Die beiden Regierungschefinnen stammen aus unterschiedlichen politischen Traditionen. Frederiksen führt die dänischen Sozialdemokraten, während Meloni an der Spitze der rechten Partei Fratelli d’Italia steht.

Migration prägt ihre Zusammenarbeit

Frederiksen hat eingeräumt, dass sie und Meloni in mehreren politischen Fragen unterschiedlicher Meinung sind. Bei der Migration überschneiden sich ihre Positionen jedoch besonders deutlich.
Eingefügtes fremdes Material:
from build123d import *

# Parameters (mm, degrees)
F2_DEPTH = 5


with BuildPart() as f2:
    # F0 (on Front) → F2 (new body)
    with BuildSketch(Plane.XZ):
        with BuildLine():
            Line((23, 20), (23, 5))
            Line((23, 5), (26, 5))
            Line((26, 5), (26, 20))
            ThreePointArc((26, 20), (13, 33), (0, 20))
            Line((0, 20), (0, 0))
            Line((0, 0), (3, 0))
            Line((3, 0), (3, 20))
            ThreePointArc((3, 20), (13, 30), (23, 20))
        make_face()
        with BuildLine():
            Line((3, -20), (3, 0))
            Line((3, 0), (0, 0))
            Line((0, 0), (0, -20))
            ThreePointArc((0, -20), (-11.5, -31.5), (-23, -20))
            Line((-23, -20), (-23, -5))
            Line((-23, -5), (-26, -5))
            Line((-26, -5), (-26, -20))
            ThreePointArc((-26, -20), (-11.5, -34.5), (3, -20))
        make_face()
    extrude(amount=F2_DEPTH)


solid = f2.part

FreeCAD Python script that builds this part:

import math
import FreeCAD as App
import Part
import Sketcher
from FreeCAD import Vector

doc = App.newDocument("Part")
body = doc.addObject("PartDesign::Body", "Body")

sketch1 = body.newObject("Sketcher::SketchObject", "Sketch")
sketch1.AttachmentSupport = (doc.getObject("XZ_Plane"), [""])
sketch1.MapMode = "FlatFace"
sketch1.addGeometry([
    Part.LineSegment(Vector(23, 20, 0), Vector(23, 5, 0)),
    Part.LineSegment(Vector(23, 5, 0), Vector(26, 5, 0)),
    Part.LineSegment(Vector(26, 5, 0), Vector(26, 20, 0)),
    Part.ArcOfCircle(Part.Circle(Vector(13, 20, 0), Vector(0, 0, 1), 13), math.radians(0), math.radians(180)),
    Part.LineSegment(Vector(0, 20, 0), Vector(0, -20, 0)),
    Part.ArcOfCircle(Part.Circle(Vector(-11.5, -20, 0), Vector(0, 0, 1), 11.5), math.radians(180), math.radians(360)),
    Part.LineSegment(Vector(-23, -20, 0), Vector(-23, -5, 0)),
    Part.LineSegment(Vector(-23, -5, 0), Vector(-26, -5, 0)),
    Part.LineSegment(Vector(-26, -5, 0), Vector(-26, -20, 0)),
    Part.ArcOfCircle(Part.Circle(Vector(-11.5, -20, 0), Vector(0, 0, 1), 14.5), math.radians(180), math.radians(360)),
    Part.LineSegment(Vector(3, -20, 0), Vector(3, 20, 0)),
    Part.ArcOfCircle(Part.Circle(Vector(13, 20, 0), Vector(0, 0, 1), 10), math.radians(0), math.radians(180)),
], False)
sketch1.addConstraint([
    Sketcher.Constraint("Coincident", 0, 2, 1, 1),
    Sketcher.Constraint("Coincident", 1, 2, 2, 1),
    Sketcher.Constraint("Tangent", 2, 2, 3, 1),
    Sketcher.Constraint("Tangent", 3, 2, 4, 1),
    Sketcher.Constraint("Tangent", 4, 2, 5, 2),
    Sketcher.Constraint("Tangent", 5, 1, 6, 1),
    Sketcher.Constraint("Coincident", 6, 2, 7, 1),
    Sketcher.Constraint("Coincident", 7, 2, 8, 1),
    Sketcher.Constraint("Tangent", 8, 2, 9, 1),
    Sketcher.Constraint("Tangent", 9, 2, 10, 1),
    Sketcher.Constraint("Tangent", 10, 2, 11, 2),
    Sketcher.Constraint("Tangent", 11, 1, 0, 1),
    Sketcher.Constraint("Vertical", 0),
    Sketcher.Constraint("Horizontal", 1),
    Sketcher.Constraint("Vertical", 2),
    Sketcher.Constraint("Vertical", 4),
    Sketcher.Constraint("Vertical", 6),
    Sketcher.Constraint("Horizontal", 7),
    Sketcher.Constraint("Vertical", 8),
    Sketcher.Constraint("Vertical", 10),
    Sketcher.Constraint("Coincident", 9, 3, 5, 3),
    Sketcher.Constraint("Coincident", 11, 3, 3, 3),
    Sketcher.Constraint("Symmetric", 3, 2, 4, 2, -1, 1),
    Sketcher.Constraint("Symmetric", 0, 2, 6, 2, -1, 1),
    Sketcher.Constraint("Radius", 3, 13.0),
    Sketcher.Constraint("Radius", 11, 10.0),
    Sketcher.Constraint("DistanceY", 0, 2, 0, 1, 15.0),
    Sketcher.Constraint("DistanceY", 4, 2, 4, 1, 40.0),
])
pad1 = body.newObject("PartDesign::Pad", "Pad")
pad1.Profile = sketch1
pad1.Length = 5

doc.recompute()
Dies bietet den beiden Regierungschefinnen trotz ihrer unterschiedlichen ideologischen Hintergründe eine Grundlage für eine weitere Zusammenarbeit.

Wie DR berichtet, argumentierte Frederiksen, dass illegale Migration zu mehr Kriminalität, einer stärkeren Belastung der Sozialsysteme und einem Rückgang des Vertrauens in der Bevölkerung beigetragen habe.
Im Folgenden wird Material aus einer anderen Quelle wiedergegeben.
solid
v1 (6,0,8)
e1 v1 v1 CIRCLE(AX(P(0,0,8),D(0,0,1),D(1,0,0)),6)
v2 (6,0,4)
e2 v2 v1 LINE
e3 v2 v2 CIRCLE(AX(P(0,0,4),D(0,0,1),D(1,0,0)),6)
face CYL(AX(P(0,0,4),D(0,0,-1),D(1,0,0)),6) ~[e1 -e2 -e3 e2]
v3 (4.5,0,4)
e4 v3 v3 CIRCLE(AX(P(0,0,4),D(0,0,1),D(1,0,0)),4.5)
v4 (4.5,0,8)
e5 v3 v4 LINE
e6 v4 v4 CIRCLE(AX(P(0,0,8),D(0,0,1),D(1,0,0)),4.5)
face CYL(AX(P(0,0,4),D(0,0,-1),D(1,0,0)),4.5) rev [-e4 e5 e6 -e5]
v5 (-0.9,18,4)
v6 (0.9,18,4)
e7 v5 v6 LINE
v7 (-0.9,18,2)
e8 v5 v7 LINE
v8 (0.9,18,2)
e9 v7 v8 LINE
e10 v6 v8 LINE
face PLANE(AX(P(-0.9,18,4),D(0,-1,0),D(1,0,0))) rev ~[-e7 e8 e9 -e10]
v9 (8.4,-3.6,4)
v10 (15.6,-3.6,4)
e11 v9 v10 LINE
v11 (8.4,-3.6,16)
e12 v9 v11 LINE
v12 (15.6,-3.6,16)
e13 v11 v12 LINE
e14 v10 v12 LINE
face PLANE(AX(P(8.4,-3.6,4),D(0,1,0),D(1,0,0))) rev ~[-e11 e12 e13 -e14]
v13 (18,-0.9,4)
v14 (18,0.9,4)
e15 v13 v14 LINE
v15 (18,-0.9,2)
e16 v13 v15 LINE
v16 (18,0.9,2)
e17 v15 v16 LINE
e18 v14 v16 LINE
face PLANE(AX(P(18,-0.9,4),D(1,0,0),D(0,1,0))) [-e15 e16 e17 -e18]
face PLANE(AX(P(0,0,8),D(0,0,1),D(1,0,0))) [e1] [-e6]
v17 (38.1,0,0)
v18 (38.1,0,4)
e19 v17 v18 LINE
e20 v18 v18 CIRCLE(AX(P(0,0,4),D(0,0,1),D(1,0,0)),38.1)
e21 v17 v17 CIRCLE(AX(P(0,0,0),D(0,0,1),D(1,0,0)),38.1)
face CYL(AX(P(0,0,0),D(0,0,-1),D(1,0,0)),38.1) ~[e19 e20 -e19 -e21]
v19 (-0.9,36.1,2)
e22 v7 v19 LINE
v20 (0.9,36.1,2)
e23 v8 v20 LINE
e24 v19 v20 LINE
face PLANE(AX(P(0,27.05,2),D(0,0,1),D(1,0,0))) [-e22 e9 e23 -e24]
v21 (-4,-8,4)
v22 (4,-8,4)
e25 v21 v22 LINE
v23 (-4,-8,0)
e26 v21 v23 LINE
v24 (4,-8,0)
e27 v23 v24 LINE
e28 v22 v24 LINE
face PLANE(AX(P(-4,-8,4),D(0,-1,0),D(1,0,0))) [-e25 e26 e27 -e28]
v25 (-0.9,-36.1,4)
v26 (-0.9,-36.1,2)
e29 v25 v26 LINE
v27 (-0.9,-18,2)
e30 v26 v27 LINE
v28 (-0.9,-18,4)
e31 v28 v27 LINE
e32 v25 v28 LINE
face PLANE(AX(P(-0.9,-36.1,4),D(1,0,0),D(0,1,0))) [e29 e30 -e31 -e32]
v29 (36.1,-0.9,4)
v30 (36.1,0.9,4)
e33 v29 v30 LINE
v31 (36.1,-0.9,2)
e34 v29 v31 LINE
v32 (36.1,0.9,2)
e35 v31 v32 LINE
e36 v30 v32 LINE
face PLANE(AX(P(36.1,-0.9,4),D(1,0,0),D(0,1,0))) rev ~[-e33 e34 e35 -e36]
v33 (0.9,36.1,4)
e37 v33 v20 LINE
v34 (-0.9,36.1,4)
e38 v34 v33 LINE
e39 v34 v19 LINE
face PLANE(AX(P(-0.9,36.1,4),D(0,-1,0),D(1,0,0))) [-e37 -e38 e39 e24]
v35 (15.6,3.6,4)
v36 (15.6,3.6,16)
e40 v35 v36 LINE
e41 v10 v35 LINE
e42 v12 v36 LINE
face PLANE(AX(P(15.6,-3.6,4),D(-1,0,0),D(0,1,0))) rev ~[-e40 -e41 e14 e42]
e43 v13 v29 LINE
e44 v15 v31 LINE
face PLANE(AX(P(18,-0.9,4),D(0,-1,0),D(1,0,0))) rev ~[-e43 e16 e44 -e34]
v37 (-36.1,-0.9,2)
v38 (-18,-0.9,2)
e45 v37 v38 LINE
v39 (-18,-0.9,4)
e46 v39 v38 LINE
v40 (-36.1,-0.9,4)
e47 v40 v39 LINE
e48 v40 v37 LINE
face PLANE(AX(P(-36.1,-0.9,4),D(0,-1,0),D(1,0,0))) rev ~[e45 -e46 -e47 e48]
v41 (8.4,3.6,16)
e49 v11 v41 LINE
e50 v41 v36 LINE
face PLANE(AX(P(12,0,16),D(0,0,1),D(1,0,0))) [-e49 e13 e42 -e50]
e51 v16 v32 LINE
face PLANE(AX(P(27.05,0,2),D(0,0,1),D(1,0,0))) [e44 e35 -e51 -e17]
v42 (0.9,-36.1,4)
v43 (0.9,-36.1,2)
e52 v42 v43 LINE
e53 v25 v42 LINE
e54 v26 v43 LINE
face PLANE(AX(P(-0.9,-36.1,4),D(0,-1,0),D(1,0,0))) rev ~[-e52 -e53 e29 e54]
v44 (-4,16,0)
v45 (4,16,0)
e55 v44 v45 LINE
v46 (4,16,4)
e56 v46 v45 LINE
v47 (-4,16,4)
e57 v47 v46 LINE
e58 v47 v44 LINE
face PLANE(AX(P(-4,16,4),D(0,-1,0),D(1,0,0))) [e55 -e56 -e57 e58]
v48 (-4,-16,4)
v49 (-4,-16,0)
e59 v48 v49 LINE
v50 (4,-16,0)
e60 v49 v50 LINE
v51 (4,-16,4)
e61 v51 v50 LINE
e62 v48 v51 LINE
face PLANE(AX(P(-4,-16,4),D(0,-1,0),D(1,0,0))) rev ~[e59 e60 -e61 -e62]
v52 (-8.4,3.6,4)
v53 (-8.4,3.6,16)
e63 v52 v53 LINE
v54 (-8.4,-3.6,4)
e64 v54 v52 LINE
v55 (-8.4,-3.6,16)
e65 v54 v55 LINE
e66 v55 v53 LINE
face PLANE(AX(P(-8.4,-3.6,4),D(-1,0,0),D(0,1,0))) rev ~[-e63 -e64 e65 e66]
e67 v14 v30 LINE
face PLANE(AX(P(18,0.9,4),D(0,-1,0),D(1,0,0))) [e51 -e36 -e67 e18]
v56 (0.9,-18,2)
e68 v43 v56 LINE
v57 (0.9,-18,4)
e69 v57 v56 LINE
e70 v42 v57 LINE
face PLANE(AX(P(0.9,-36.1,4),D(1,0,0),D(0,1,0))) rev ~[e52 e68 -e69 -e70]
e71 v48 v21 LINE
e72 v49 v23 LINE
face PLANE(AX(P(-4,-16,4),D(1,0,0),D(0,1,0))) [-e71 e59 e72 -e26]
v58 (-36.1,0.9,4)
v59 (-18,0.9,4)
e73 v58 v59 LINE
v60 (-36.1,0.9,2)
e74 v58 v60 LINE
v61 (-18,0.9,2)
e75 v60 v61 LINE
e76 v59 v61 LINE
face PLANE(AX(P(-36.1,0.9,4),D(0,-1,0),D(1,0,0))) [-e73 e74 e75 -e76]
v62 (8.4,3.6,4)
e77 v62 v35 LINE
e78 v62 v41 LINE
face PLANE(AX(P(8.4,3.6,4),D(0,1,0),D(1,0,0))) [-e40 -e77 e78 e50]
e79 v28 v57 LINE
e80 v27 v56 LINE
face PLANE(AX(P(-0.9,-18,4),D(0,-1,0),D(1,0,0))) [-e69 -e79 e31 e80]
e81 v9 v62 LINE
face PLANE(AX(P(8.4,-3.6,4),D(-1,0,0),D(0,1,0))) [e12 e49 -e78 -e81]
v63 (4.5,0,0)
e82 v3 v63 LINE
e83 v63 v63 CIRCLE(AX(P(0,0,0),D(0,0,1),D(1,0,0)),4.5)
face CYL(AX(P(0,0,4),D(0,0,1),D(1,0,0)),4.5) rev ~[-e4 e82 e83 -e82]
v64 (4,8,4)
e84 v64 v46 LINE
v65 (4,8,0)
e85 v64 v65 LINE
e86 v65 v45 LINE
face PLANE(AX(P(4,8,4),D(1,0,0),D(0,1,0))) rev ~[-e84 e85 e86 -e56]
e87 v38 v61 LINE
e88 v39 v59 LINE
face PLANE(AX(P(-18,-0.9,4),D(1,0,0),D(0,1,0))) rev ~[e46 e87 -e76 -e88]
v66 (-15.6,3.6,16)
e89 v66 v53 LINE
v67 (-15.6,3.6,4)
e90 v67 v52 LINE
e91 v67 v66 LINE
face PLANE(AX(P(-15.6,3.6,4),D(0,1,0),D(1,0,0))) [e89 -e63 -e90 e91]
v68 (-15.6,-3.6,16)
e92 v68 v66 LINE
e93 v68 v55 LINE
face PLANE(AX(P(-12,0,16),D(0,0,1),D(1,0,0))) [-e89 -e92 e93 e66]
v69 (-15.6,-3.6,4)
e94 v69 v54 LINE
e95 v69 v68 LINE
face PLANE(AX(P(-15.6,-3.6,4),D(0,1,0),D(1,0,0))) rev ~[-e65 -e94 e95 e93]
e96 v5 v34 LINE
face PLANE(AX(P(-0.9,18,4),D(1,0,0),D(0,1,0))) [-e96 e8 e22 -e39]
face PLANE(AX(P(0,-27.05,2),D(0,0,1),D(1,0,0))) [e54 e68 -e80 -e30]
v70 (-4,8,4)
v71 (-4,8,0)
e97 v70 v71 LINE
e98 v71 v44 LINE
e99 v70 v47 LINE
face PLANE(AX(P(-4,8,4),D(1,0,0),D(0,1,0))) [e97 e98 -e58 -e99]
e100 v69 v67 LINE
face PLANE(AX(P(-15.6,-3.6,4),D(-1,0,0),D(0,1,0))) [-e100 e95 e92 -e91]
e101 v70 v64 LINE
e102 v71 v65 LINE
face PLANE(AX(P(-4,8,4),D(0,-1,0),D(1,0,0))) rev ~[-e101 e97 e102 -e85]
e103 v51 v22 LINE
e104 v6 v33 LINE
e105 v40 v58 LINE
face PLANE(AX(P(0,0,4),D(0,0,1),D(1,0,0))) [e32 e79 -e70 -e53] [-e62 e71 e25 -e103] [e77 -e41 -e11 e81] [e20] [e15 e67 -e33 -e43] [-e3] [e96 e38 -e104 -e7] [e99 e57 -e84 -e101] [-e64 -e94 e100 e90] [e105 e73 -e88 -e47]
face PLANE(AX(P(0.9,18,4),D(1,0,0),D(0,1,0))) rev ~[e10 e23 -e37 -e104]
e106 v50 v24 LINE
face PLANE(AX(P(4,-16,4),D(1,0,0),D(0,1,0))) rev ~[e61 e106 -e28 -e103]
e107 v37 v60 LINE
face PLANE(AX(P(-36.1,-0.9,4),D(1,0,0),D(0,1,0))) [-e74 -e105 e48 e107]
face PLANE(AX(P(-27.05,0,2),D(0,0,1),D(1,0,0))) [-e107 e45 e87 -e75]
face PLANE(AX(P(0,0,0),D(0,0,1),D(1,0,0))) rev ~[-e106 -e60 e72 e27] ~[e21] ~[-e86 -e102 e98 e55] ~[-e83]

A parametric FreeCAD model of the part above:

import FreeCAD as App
import Part
import Sketcher

V = App.Vector

doc = App.newDocument("Part")
body = doc.addObject("PartDesign::Body", "Body")

# Sketch on XY plane
sketch1 = body.newObject("Sketcher::SketchObject", "Sketch")
sketch1.AttachmentSupport = (doc.getObject("XY_Plane"), [""])
sketch1.MapMode = "FlatFace"
sketch1.addGeometry(Part.Circle(V(0, 0, 0), V(0, 0, 1), 38), False)
sketch1.addConstraint(Sketcher.Constraint("Coincident", 0, 3, -1, 1))
sketch1.addConstraint(Sketcher.Constraint("Diameter", 0, 76.2))
pad1 = body.newObject("PartDesign::Pad", "Pad")
pad1.Profile = sketch1
pad1.Length = 4

# Sketch on XY plane
sketch2 = body.newObject("Sketcher::SketchObject", "Sketch001")
sketch2.AttachmentSupport = (doc.getObject("XY_Plane"), [""])
sketch2.MapMode = "FlatFace"
sketch2.AttachmentOffset = App.Placement(V(0, 0, 4), App.Rotation())
sketch2.addGeometry(Part.Circle(V(0, 0, 0), V(0, 0, 1), 4.5), False)
sketch2.addGeometry(Part.LineSegment(V(-4, 16, 0), V(-4, 8, 0)), False)
sketch2.addGeometry(Part.LineSegment(V(-4, 8, 0), V(4, 8, 0)), False)
sketch2.addGeometry(Part.LineSegment(V(4, 8, 0), V(4, 16, 0)), False)
sketch2.addGeometry(Part.LineSegment(V(4, 16, 0), V(-4, 16, 0)), False)
sketch2.addGeometry(Part.LineSegment(V(-4, -8, 0), V(-4, -16, 0)), False)
sketch2.addGeometry(Part.LineSegment(V(-4, -16, 0), V(4, -16, 0)), False)
sketch2.addGeometry(Part.LineSegment(V(4, -16, 0), V(4, -8, 0)), False)
sketch2.addGeometry(Part.LineSegment(V(4, -8, 0), V(-4, -8, 0)), False)
sketch2.addConstraint(Sketcher.Constraint("Coincident", 1, 2, 2, 1))
sketch2.addConstraint(Sketcher.Constraint("Coincident", 2, 2, 3, 1))
sketch2.addConstraint(Sketcher.Constraint("Coincident", 3, 2, 4, 1))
Beide sprachen sich zudem dafür aus, straffällig gewordene ausländische Staatsangehörige häufiger abzuschieben und die Bemühungen fortzusetzen, Teile des europäischen Migrationssystems außerhalb des Kontinents anzusiedeln.

Ihre Position umfasst auch die Unterstützung von Lösungen unter Einbeziehung von Drittstaaten. Diese betrachten sie als Teil umfassenderer Bemühungen, die Zahl irregulärer Einreisen zu verringern und die Kontrolle über die Migration nach Europa zu verstärken.

Bestehende Vorschläge erneut aufgegriffen

Laut dem Bericht von DR enthielt die Erklärung keine wesentlichen neuen Vorschläge. Frederiksen und Meloni griffen stattdessen erneut Maßnahmen auf, die sie bereits zuvor unterstützt hatten. Dazu gehören Aufnahme- und Rückführungszentren in Drittstaaten als Teil eines strengeren Ansatzes in der Migrationspolitik.

In der Erklärung behaupteten sie, dazu beigetragen zu haben, Europas Umgang mit der Abschiebung straffällig gewordener ausländischer Staatsangehöriger im Rahmen der Europäischen Menschenrechtskonvention zu verändern. Sie führten dies als Beleg dafür an, dass eine strengere Politik verfolgt werden könne, ohne den rechtlichen Rahmen Europas zu verlassen.

Ihre Zusammenarbeit zeigte sich auch in der vergangenen Woche, als sie nach einem Anstieg der Migration aus Marokko in die spanische Exklave Ceuta einen gemeinsamen Brief an die Staats- und Regierungschefs der EU schickten.

Die politische Analystin von DR, Rikke Gjøl Mansø, sagte, die Botschaft scheine sich zum Teil an europäische Wähler zu richten, die die Ansichten der beiden Regierungschefinnen bereits teilten. Ihrer Einschätzung nach enthielt die Erklärung kaum neue politische Vorschläge, stärkte jedoch das Profil der beiden als Befürworterinnen strengerer Migrationsregeln.